::: PROVIDED DATA :::

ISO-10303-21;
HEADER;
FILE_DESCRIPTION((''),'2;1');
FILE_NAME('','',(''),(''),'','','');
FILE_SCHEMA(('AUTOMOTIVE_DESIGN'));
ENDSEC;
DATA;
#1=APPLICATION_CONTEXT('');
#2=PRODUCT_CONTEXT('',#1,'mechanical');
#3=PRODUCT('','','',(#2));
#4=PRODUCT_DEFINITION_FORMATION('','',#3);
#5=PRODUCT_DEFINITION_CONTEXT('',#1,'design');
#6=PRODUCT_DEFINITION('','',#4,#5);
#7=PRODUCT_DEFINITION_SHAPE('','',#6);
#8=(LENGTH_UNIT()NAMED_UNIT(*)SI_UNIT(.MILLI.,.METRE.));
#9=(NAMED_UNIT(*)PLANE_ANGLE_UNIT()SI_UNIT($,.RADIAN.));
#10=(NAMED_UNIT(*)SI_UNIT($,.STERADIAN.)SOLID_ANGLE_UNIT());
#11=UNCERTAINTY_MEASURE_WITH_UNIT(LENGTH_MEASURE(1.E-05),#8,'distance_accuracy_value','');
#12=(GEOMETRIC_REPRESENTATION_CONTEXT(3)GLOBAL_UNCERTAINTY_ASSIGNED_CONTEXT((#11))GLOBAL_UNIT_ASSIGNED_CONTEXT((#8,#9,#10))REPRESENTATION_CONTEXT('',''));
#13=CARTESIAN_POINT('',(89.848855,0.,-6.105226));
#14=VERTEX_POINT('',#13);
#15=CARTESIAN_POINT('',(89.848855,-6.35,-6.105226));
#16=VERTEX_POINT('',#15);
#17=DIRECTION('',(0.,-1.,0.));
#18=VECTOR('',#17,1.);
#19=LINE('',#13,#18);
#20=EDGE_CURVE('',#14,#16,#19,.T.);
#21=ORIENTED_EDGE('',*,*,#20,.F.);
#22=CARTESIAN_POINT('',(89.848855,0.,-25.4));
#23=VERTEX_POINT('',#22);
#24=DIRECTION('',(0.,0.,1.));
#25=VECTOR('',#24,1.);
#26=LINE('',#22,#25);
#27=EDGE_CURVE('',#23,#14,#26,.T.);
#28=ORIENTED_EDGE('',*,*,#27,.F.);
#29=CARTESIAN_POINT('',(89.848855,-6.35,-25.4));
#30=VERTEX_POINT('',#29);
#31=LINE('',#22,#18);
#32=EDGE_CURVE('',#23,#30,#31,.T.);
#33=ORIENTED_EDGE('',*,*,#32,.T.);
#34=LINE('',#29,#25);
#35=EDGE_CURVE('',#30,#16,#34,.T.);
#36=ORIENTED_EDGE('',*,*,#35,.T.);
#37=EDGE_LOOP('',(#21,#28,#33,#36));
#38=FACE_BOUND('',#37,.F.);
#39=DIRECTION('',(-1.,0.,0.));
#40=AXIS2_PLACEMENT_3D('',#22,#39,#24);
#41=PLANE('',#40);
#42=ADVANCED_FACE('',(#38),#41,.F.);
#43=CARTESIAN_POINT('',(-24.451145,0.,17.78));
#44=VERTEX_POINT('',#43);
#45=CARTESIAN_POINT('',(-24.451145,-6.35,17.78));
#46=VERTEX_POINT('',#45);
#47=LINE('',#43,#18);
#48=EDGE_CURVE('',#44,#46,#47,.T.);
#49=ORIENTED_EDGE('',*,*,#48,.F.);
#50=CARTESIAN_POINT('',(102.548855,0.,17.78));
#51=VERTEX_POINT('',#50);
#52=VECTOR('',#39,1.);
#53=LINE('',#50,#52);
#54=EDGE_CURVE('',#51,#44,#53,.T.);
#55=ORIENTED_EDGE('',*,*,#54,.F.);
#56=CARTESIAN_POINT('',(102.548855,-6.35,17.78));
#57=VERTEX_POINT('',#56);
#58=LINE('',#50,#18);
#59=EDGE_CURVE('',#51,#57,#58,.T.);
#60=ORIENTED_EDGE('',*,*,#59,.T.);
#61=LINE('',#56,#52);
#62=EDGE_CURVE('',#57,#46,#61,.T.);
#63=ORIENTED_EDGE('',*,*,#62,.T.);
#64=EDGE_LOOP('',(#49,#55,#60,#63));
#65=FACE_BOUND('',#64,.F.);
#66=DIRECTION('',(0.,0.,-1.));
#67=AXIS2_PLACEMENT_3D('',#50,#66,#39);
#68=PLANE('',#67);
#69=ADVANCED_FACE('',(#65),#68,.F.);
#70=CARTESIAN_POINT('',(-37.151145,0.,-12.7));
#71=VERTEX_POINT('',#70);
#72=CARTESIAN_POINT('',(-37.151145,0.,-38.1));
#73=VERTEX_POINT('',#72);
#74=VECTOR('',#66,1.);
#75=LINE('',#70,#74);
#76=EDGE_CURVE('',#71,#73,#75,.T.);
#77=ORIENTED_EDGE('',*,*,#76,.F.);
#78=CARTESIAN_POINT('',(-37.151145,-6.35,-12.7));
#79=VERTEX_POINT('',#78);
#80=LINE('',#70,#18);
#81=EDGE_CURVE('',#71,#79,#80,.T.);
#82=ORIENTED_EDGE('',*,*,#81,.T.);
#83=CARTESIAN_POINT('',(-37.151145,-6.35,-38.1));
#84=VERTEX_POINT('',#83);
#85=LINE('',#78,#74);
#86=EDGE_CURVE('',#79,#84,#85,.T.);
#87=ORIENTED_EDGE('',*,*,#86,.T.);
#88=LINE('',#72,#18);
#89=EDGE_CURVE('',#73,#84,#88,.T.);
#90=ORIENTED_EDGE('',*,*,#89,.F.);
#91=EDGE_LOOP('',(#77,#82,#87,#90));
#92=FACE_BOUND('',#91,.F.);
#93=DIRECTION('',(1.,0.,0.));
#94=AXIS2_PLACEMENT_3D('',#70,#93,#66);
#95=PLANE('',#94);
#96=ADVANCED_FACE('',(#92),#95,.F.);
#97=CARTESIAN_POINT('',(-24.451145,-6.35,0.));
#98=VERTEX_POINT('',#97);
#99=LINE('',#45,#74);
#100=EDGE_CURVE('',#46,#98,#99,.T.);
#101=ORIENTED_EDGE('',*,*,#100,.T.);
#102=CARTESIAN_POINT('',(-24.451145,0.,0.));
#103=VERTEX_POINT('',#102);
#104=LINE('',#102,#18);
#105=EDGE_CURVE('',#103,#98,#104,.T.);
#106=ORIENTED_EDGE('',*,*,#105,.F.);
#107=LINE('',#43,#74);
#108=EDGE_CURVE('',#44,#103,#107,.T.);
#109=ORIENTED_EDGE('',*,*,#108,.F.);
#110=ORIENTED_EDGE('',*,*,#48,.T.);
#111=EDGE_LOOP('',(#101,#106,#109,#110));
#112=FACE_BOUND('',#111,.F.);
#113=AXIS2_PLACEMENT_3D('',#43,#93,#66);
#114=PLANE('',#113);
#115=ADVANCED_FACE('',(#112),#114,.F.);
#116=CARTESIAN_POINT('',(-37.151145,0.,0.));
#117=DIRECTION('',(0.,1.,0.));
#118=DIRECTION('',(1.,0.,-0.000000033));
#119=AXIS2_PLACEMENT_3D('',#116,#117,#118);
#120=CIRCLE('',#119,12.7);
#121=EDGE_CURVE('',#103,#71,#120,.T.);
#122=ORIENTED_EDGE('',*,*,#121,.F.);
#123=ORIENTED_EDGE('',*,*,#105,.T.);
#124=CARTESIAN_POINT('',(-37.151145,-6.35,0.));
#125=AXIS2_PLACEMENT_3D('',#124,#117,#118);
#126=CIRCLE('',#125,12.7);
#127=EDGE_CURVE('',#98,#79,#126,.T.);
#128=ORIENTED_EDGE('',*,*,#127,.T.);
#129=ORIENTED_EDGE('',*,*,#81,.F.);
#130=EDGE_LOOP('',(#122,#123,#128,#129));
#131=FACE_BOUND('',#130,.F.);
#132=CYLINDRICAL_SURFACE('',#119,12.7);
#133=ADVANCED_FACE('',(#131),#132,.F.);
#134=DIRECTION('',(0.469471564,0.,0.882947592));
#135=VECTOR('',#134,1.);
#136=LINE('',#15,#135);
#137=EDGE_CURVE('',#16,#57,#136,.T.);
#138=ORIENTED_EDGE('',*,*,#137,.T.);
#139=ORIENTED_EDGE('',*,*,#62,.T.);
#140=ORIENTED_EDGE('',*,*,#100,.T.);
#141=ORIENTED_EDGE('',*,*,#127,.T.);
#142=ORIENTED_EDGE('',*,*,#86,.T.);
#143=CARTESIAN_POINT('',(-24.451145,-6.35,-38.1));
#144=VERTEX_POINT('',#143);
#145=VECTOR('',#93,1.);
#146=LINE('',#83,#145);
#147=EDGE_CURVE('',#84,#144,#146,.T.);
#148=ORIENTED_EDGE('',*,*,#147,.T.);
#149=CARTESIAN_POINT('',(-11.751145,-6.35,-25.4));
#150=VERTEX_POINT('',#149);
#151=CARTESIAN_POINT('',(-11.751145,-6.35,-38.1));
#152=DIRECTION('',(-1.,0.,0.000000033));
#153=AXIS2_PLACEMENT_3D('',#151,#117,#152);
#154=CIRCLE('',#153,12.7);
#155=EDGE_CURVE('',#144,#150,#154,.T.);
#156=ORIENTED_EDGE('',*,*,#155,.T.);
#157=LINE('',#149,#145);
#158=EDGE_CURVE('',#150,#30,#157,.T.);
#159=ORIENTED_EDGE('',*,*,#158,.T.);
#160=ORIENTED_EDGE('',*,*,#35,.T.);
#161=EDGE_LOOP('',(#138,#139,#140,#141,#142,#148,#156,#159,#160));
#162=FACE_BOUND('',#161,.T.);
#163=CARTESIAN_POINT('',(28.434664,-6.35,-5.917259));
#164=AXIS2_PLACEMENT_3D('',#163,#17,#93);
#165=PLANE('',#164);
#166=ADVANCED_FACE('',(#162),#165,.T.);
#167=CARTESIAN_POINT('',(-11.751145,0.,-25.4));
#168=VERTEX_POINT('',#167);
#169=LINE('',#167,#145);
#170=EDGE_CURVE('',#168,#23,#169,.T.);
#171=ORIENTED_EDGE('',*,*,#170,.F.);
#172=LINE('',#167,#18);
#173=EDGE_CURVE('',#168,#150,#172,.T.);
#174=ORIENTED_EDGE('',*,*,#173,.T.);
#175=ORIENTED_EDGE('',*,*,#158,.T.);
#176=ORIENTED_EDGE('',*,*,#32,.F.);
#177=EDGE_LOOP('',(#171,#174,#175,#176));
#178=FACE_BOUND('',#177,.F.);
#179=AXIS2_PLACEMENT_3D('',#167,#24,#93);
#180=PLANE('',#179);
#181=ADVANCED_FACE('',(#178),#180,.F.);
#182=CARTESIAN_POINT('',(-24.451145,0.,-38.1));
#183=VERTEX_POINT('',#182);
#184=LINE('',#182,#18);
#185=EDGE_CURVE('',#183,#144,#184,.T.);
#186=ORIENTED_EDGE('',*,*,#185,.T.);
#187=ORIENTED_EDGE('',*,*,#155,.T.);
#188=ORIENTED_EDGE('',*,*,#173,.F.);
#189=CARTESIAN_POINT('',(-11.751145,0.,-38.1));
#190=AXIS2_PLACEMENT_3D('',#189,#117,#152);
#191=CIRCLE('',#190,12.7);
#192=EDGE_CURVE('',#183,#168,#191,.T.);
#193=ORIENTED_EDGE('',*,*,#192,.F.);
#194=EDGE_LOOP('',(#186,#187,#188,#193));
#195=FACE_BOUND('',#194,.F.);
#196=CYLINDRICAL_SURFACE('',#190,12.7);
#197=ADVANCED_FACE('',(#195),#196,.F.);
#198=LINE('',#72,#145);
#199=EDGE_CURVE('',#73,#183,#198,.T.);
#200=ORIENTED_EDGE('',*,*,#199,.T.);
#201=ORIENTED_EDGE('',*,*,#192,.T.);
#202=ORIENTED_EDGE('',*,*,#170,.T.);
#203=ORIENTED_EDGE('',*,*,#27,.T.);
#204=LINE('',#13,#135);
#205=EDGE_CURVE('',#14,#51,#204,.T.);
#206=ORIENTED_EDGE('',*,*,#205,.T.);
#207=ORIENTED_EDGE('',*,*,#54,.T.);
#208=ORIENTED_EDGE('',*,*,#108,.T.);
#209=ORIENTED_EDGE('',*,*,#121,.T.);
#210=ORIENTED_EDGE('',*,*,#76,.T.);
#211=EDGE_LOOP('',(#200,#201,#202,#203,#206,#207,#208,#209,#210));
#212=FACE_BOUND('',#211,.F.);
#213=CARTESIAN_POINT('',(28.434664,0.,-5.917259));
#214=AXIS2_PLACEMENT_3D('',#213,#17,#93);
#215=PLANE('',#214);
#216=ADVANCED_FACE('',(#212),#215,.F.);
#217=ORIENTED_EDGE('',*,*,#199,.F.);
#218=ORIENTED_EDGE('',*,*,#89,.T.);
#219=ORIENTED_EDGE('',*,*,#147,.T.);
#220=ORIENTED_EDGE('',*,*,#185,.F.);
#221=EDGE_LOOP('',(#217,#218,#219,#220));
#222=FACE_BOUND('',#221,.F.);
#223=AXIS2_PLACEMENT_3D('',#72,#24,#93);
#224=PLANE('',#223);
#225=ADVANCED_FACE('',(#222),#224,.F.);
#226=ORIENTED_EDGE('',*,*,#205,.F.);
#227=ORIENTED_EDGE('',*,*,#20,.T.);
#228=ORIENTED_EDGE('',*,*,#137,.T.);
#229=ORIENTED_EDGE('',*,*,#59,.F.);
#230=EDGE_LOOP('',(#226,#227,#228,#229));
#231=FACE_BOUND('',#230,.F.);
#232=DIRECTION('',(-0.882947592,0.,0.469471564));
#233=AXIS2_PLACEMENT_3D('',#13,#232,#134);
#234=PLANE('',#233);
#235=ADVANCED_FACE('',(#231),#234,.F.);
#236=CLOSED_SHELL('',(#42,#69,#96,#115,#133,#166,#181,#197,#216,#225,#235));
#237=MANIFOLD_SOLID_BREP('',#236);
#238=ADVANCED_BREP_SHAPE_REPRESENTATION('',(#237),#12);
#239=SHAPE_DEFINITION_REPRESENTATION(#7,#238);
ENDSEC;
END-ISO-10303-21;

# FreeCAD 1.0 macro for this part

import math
import FreeCAD as App
import Part
import Sketcher
from FreeCAD import Vector
Q = App.Units.Quantity

doc = App.newDocument("Part")
body = doc.addObject("PartDesign::Body", "Body")

# Sketch on XZ plane
sketch1 = body.newObject("Sketcher::SketchObject", "Sketch")
sketch1.AttachmentSupport = (doc.getObject("XZ_Plane"), [""])
sketch1.MapMode = "FlatFace"
sketch1.addGeometry([
    Part.LineSegment(Vector(102.548855, 17.78, 0), Vector(-24.451145, 17.78, 0)),  # 0
    Part.LineSegment(Vector(-24.451145, 17.78, 0), Vector(-24.451145, 0, 0)),  # 1
    Part.ArcOfCircle(Part.Circle(Vector(-37.151145, 0, 0), Vector(0, 0, 1), 12.7), math.radians(-89.999998), math.radians(-0.000002)),  # 2
    Part.LineSegment(Vector(-37.151145, -12.7, 0), Vector(-37.151145, -38.1, 0)),  # 3
    Part.LineSegment(Vector(-37.151145, -38.1, 0), Vector(-24.451145, -38.1, 0)),  # 4
    Part.ArcOfCircle(Part.Circle(Vector(-11.751145, -38.1, 0), Vector(0, 0, 1), 12.7), math.radians(90.000002), math.radians(179.999998)),  # 5
    Part.LineSegment(Vector(-11.751145, -25.4, 0), Vector(89.848855, -25.4, 0)),  # 6
    Part.LineSegment(Vector(89.848855, -25.4, 0), Vector(89.848855, -6.105226, 0)),  # 7
    Part.LineSegment(Vector(89.848855, -6.105226, 0), Vector(102.548855, 17.78, 0)),  # 8
], False)
sketch1.addConstraint([
    Sketcher.Constraint("Coincident", 0, 2, 1, 1),
    Sketcher.Constraint("Tangent", 1, 2, 2, 2),
    Sketcher.Constraint("Coincident", 2, 1, 3, 1),
    Sketcher.Constraint("Coincident", 3, 2, 4, 1),
    Sketcher.Constraint("Coincident", 4, 2, 5, 2),
    Sketcher.Constraint("Tangent", 5, 1, 6, 1),
    Sketcher.Constraint("Coincident", 6, 2, 7, 1),
    Sketcher.Constraint("Coincident", 7, 2, 8, 1),
    Sketcher.Constraint("Coincident", 8, 2, 0, 1),
    Sketcher.Constraint("Horizontal", 0),
    Sketcher.Constraint("Vertical", 1),
    Sketcher.Constraint("Vertical", 3),
    Sketcher.Constraint("Horizontal", 4),
    Sketcher.Constraint("Horizontal", 6),
    Sketcher.Constraint("Vertical", 7),
    Sketcher.Constraint("Equal", 2, 5),
    Sketcher.Constraint("PointOnObject", 2, 3, -1),
    Sketcher.Constraint("Horizontal", 5, 3, 3, 2),
    Sketcher.Constraint("Vertical", 1, 2, 4, 2),
    Sketcher.Constraint("Radius", 2, Q("0.5 in")),
    Sketcher.Constraint("DistanceX", 0, 2, 0, 1, Q("5 in")),
    Sketcher.Constraint("DistanceX", 6, 1, 6, 2, Q("4 in")),
    Sketcher.Constraint("DistanceY", 3, 2, 3, 1, Q("1 in")),
    Sketcher.Constraint("DistanceX", 4, 1, 4, 2, Q("0.5 in")),
    Sketcher.Constraint("DistanceY", 1, 2, 1, 1, Q("0.7 in")),
    Sketcher.Constraint("Angle", 8, Q("62 deg")),
    Sketcher.Constraint("DistanceX", 2, 3, -1, 1, 37.151145),
])
pad1 = body.newObject("PartDesign::Pad", "Pad")
pad1.Profile = sketch1
pad1.Length = Q("0.25 in")

doc.recompute()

:::

Among the records above, find each line holding "DIRECTION" and list it.

WRITTEN ANSWER:
#17=DIRECTION('',(0.,-1.,0.));
#24=DIRECTION('',(0.,0.,1.));
#39=DIRECTION('',(-1.,0.,0.));
#66=DIRECTION('',(0.,0.,-1.));
#93=DIRECTION('',(1.,0.,0.));
#117=DIRECTION('',(0.,1.,0.));
#118=DIRECTION('',(1.,0.,-0.000000033));
#134=DIRECTION('',(0.469471564,0.,0.882947592));
#152=DIRECTION('',(-1.,0.,0.000000033));
#232=DIRECTION('',(-0.882947592,0.,0.469471564));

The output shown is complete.